The pharmaceutical industry in India is growing at 8.6% annually. Globally, herbals product market is valued at about $64 billion. The largest market for herbal products is the European Union. On the other hand, India’s pharmaceutical exports have increased at a CAGR of 22.9% during the period FY1994-2006.

This growth is sustainable looking at the competitiveness in labour cost and vast talent pool available in India. In addition to this, majority of drugs are going off patent and that gives India a good opportunity to take exploit the advantage. And considering such favourable situations emerging, companies like Plethico Pharmaceutical stand a good chance to carve a niche for themselves.

Business

Plethico Pharmaceutical is an Indore-based medium-sized company, which mainly caters to the export market. Its products are mainly herbal, nutraceuticals based. Herbal products are made from natural herbs. It has no side effects in comparison to the allopathic segment. This inherent benefit will be the biggest growth driver of the herbal segment.

Last year, the company raised funds through IPO for acquisition, expansion and setting up R&D facility which is in the final stages of implementation. It is scouting for acquiring an herbal-based company in Germany.

As European Union is the largest market for herbal products the acquisition will enable the company to increase its presence and acquire share at a faster rate. Plethico is planning to acquire minority stake in retail pharmacy chain based in Common Wealth Independent States (CIS). This would enable it to reduce the dependence on credit-based to cash-based segment (retail pharmacy).

Growth driversM

Plethico’s majority of the sales come from cough and cold segment, which are over the counter (OTC) products. It has internationally successful brand ‘travisil’ in its portfolio, used for cough problems. It also has products in food supplements and a niche product for sports nutrition. Its allopathic segment contributes a small chunk. The company’s exports contribute the maximum at 67% of the total revenues. The exports are mainly in semi-regulated or less regulated markets of CIS, Africa, South East Asian countries, Gulf co-operations council (GCC), Latin American Countries (LAC).

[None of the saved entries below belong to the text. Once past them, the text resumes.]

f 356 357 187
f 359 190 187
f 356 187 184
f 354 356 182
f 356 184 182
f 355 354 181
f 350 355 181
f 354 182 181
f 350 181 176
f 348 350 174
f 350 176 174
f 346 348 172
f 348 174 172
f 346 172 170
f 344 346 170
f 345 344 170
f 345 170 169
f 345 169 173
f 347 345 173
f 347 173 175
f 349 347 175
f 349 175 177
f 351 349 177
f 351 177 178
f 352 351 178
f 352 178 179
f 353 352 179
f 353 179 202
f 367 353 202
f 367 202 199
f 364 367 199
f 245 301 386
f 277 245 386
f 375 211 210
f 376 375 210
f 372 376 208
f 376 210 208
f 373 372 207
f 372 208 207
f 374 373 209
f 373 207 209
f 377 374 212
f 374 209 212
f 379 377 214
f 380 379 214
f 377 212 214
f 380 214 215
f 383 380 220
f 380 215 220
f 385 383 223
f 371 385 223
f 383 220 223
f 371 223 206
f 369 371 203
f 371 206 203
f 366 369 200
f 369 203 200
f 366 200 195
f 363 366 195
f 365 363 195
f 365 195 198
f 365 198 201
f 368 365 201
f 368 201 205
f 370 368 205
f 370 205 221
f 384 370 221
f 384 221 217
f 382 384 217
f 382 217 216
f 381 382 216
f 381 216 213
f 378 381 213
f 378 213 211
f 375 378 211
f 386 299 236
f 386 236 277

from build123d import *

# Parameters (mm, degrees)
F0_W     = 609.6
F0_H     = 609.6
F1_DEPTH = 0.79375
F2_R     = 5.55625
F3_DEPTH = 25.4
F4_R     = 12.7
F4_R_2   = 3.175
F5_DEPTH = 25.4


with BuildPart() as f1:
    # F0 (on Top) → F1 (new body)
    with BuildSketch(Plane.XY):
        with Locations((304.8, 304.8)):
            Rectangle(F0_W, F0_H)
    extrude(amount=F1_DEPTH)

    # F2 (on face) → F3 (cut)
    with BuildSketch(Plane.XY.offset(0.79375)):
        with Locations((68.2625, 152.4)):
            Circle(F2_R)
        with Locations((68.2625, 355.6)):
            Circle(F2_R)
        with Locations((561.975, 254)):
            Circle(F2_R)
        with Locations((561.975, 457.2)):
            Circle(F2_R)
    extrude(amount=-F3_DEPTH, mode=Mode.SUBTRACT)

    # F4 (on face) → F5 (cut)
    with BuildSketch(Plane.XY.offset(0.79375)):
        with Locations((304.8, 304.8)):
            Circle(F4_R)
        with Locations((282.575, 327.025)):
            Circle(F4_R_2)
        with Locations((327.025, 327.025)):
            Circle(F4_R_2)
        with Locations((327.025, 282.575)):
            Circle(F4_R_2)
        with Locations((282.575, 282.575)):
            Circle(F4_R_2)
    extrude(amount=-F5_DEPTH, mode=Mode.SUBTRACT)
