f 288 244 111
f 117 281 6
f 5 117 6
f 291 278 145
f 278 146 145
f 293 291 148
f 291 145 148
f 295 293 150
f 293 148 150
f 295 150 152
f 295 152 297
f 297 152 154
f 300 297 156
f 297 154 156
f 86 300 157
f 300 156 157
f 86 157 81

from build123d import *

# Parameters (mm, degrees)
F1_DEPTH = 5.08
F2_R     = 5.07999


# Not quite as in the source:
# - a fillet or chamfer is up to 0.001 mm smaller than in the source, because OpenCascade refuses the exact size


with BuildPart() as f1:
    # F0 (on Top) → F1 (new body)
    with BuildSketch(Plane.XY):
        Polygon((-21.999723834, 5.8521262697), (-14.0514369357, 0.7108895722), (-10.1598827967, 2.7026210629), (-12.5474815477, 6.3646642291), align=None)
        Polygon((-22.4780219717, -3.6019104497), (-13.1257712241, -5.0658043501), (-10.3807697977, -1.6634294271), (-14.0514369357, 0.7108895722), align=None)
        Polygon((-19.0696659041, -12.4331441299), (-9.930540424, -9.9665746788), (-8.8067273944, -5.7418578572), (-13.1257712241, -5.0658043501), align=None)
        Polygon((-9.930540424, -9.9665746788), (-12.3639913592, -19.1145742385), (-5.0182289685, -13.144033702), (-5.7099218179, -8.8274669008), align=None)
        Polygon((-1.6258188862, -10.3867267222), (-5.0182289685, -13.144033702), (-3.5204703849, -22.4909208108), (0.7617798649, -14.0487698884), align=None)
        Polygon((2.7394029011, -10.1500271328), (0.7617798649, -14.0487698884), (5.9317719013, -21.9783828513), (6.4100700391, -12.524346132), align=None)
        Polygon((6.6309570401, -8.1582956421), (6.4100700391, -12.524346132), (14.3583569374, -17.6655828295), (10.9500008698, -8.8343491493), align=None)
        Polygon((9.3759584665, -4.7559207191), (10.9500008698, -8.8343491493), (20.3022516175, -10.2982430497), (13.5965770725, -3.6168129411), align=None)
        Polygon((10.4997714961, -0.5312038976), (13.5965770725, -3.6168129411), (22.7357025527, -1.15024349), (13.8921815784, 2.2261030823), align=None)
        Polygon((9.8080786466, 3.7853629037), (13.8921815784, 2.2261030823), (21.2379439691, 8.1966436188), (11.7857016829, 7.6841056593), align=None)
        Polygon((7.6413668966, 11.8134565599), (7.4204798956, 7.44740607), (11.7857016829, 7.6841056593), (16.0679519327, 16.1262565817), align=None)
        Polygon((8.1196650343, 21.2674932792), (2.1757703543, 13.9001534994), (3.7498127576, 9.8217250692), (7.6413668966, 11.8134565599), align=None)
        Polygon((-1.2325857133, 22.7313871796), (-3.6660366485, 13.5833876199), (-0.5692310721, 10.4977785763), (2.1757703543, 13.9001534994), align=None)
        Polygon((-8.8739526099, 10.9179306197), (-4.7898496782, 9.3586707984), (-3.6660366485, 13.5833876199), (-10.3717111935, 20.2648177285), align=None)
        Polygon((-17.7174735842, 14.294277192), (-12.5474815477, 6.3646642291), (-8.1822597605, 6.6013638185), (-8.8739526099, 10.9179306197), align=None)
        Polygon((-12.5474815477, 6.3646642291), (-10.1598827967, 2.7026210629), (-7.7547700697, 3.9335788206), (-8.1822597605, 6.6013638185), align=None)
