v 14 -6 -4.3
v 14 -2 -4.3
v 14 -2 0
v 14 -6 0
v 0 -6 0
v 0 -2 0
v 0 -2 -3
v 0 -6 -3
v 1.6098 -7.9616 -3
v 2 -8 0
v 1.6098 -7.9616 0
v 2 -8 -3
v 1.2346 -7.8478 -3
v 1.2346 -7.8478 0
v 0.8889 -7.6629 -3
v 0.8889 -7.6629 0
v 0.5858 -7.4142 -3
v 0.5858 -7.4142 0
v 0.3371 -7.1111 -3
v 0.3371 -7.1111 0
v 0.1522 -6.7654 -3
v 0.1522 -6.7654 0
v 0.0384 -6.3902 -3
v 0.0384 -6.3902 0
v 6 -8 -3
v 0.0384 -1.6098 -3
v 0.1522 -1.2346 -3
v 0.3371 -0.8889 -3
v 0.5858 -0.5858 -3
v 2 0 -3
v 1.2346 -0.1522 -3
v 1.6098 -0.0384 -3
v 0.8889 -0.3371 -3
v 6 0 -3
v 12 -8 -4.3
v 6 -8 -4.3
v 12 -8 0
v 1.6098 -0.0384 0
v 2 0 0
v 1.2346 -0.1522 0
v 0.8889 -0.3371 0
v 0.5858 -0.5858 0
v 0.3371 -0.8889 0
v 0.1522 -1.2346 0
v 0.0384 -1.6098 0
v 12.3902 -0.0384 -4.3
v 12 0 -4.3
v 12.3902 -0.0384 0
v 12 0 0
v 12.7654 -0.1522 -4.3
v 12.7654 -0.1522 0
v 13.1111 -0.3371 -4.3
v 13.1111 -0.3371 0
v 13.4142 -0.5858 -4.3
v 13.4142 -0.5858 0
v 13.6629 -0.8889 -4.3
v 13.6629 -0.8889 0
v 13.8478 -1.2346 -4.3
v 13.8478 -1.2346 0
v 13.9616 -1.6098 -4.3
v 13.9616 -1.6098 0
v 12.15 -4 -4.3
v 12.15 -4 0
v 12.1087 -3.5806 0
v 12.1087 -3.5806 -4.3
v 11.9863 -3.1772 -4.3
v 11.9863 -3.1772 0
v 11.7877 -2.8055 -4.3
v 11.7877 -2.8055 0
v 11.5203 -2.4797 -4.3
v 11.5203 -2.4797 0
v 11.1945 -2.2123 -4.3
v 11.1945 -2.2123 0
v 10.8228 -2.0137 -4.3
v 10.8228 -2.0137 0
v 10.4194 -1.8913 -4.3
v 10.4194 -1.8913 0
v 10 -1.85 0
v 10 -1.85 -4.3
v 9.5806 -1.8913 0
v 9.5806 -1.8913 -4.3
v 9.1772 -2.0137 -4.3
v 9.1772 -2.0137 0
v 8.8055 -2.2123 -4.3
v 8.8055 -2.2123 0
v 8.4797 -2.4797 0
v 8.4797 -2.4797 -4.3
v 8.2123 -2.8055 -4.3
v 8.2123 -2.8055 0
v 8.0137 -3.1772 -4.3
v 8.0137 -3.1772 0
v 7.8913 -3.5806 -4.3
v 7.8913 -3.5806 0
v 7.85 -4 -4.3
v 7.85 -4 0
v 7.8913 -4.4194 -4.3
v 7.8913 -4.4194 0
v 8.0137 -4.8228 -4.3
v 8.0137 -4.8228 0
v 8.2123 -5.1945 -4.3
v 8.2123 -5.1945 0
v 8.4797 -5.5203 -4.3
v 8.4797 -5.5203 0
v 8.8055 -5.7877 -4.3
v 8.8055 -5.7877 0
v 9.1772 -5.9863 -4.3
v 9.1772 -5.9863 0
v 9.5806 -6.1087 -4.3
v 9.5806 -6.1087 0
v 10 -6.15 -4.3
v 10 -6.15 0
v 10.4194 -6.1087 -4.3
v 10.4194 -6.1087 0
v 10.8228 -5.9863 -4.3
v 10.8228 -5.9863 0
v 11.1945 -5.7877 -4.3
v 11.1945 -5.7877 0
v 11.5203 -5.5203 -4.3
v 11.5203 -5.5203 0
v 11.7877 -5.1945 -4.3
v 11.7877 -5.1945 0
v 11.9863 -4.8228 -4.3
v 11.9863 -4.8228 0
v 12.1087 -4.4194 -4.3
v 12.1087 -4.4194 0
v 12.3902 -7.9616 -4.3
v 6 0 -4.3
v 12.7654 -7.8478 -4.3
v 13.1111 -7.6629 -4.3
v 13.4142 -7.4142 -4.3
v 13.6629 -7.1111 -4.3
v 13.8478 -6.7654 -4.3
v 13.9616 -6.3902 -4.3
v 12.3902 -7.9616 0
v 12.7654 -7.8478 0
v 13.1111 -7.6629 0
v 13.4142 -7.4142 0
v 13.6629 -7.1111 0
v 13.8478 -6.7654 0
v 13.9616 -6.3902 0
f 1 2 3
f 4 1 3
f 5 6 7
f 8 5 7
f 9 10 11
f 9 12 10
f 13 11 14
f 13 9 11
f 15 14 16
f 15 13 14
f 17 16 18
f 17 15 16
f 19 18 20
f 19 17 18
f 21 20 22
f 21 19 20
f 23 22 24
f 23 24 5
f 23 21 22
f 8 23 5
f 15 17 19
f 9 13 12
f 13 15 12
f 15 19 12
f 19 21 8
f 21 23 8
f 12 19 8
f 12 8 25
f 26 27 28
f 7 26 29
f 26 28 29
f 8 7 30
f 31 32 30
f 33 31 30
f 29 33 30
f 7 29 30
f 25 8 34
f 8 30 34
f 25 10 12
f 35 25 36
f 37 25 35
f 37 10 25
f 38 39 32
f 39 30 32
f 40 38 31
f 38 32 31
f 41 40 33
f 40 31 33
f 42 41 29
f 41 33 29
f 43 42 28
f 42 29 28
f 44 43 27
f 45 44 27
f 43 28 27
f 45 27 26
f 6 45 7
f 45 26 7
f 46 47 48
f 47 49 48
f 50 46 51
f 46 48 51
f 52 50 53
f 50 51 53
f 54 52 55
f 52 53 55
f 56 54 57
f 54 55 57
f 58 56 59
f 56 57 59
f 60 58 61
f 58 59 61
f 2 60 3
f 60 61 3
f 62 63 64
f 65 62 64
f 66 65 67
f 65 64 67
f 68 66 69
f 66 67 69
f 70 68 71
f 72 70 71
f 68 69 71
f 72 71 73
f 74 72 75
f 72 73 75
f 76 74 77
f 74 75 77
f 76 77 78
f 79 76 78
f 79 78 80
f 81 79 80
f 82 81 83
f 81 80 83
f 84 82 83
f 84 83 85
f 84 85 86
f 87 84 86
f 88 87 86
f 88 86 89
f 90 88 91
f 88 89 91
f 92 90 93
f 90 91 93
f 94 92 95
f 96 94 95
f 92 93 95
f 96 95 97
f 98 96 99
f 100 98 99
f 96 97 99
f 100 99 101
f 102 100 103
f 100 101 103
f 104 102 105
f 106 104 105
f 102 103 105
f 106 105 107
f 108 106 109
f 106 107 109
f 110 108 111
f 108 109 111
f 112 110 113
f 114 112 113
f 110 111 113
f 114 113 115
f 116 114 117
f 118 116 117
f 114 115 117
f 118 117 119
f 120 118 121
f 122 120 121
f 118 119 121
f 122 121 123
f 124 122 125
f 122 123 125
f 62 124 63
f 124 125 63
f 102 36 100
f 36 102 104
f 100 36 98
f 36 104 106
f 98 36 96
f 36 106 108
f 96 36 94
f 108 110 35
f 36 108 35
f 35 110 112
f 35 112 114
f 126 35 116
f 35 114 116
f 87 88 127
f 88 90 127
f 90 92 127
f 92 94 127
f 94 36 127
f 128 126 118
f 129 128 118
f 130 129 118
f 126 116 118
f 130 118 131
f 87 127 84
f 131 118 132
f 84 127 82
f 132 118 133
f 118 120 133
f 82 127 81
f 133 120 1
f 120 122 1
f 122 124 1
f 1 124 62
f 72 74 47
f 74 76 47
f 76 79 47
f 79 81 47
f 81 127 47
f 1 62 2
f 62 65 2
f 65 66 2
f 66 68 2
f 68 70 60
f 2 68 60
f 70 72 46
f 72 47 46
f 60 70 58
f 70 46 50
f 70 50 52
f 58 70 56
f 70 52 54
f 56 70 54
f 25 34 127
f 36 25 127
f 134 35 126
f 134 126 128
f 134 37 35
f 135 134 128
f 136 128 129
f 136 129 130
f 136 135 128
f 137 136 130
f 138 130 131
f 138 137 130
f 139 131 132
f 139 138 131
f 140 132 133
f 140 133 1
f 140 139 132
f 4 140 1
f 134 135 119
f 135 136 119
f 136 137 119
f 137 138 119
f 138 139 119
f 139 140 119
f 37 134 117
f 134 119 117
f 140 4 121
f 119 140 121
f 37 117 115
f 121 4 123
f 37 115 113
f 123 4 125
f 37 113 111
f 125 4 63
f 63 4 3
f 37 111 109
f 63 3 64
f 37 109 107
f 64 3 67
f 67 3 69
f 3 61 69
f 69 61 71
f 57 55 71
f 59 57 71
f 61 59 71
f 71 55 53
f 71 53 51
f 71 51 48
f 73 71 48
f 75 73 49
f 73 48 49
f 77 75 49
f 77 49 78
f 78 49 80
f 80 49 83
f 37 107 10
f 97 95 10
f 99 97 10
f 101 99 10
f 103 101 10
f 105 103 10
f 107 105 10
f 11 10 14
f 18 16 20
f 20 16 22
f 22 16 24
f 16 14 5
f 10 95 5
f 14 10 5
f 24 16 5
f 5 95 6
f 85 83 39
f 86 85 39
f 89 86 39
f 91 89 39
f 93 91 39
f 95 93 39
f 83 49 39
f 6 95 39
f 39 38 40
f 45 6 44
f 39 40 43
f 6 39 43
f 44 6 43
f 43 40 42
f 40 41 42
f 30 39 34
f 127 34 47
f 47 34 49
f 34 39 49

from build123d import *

# Parameters (mm, degrees)
F2_DEPTH = 8
F3_R     = 2.15
F4_DEPTH = 4.3
F5_R     = 2


# Not quite as in the source:
# - a feature names something its author has since deleted; it is built from what else it names


with BuildPart() as f2:
    # F1 (on Front) → F2 (new body)
    with BuildSketch(Plane.XZ):
        Polygon((6, -3), (6, -4.3), (14, -4.3), (14, 0), (0, 0), (0, -3), align=None)
    extrude(amount=F2_DEPTH)

    # F3 (on face) → F4 (cut, through all)
    with BuildSketch(Plane.XY):
        with Locations((10, -4)):
            Circle(F3_R)
    extrude(amount=-F4_DEPTH, mode=Mode.SUBTRACT)

    # F5
    f5_edges = [f2.edges().sort_by_distance(p)[0] for p in [
        (14, -8, -2.15),
        (14, 0, -2.15),
        (0, -8, -1.5),
        (0, 0, -1.5),
    ]]
    fillet(f5_edges, radius=F5_R)


solid = f2.part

Currently, Plethico’s major presence in terms of revenues is in CIS countries followed by Africa. As far as the Indian market is concerned, 81% of the domestic revenue is generated through contract and toll manufacturing.

However, it wants to defocus the domestic market and increase its presence in South East Asian countries, Gulf co-operations council (GCC) and Latin American Countries (LAC). In the last financial year ended September, its actual sales in these countries exceeded the targeted ones.

These markets contributed 28% of the total exports sales in FY2005-06. The company has taken a plot of land for organic farming. This will help to cultivate critical herbs for captive consumption and will bring uniformity in the herbal-based products.

Financials

The company’s business is seasonal in nature as cough and cold products are sold in the winter season. Due to this the results show quarter-on-quarter growth. The June 2007 quarter sales and profits were Rs 122.50 crore and Rs 32.66 crore respectively. It has shown a growth of 51.16% and 40.65% in sales and profits respectively over the corresponding 2006 quarter. Its nine-month sales, operating profit and net profit were Rs 311.76 crore, Rs 90.31 crore and Rs 78.12 crore respectively.

It also has very strong and healthy operating and net profit margins at 29% and 25% respectively. One of the reasons for high profit margin is less tax burden. The company’s net tax rate comes at 2.36% in the last nine months results. This results in huge savings and the company can plough it back into research and development activities.

From the valuation point the twelve-month annualised fully diluted earning per share is Rs 30.57. Considering the current market price the P/E is at 12.70(x). In FY2005-06 the company had acquired six companies in CIS countries. Now it will partly hive off certain percentage of the equity stake in all the six companies at 40% premium.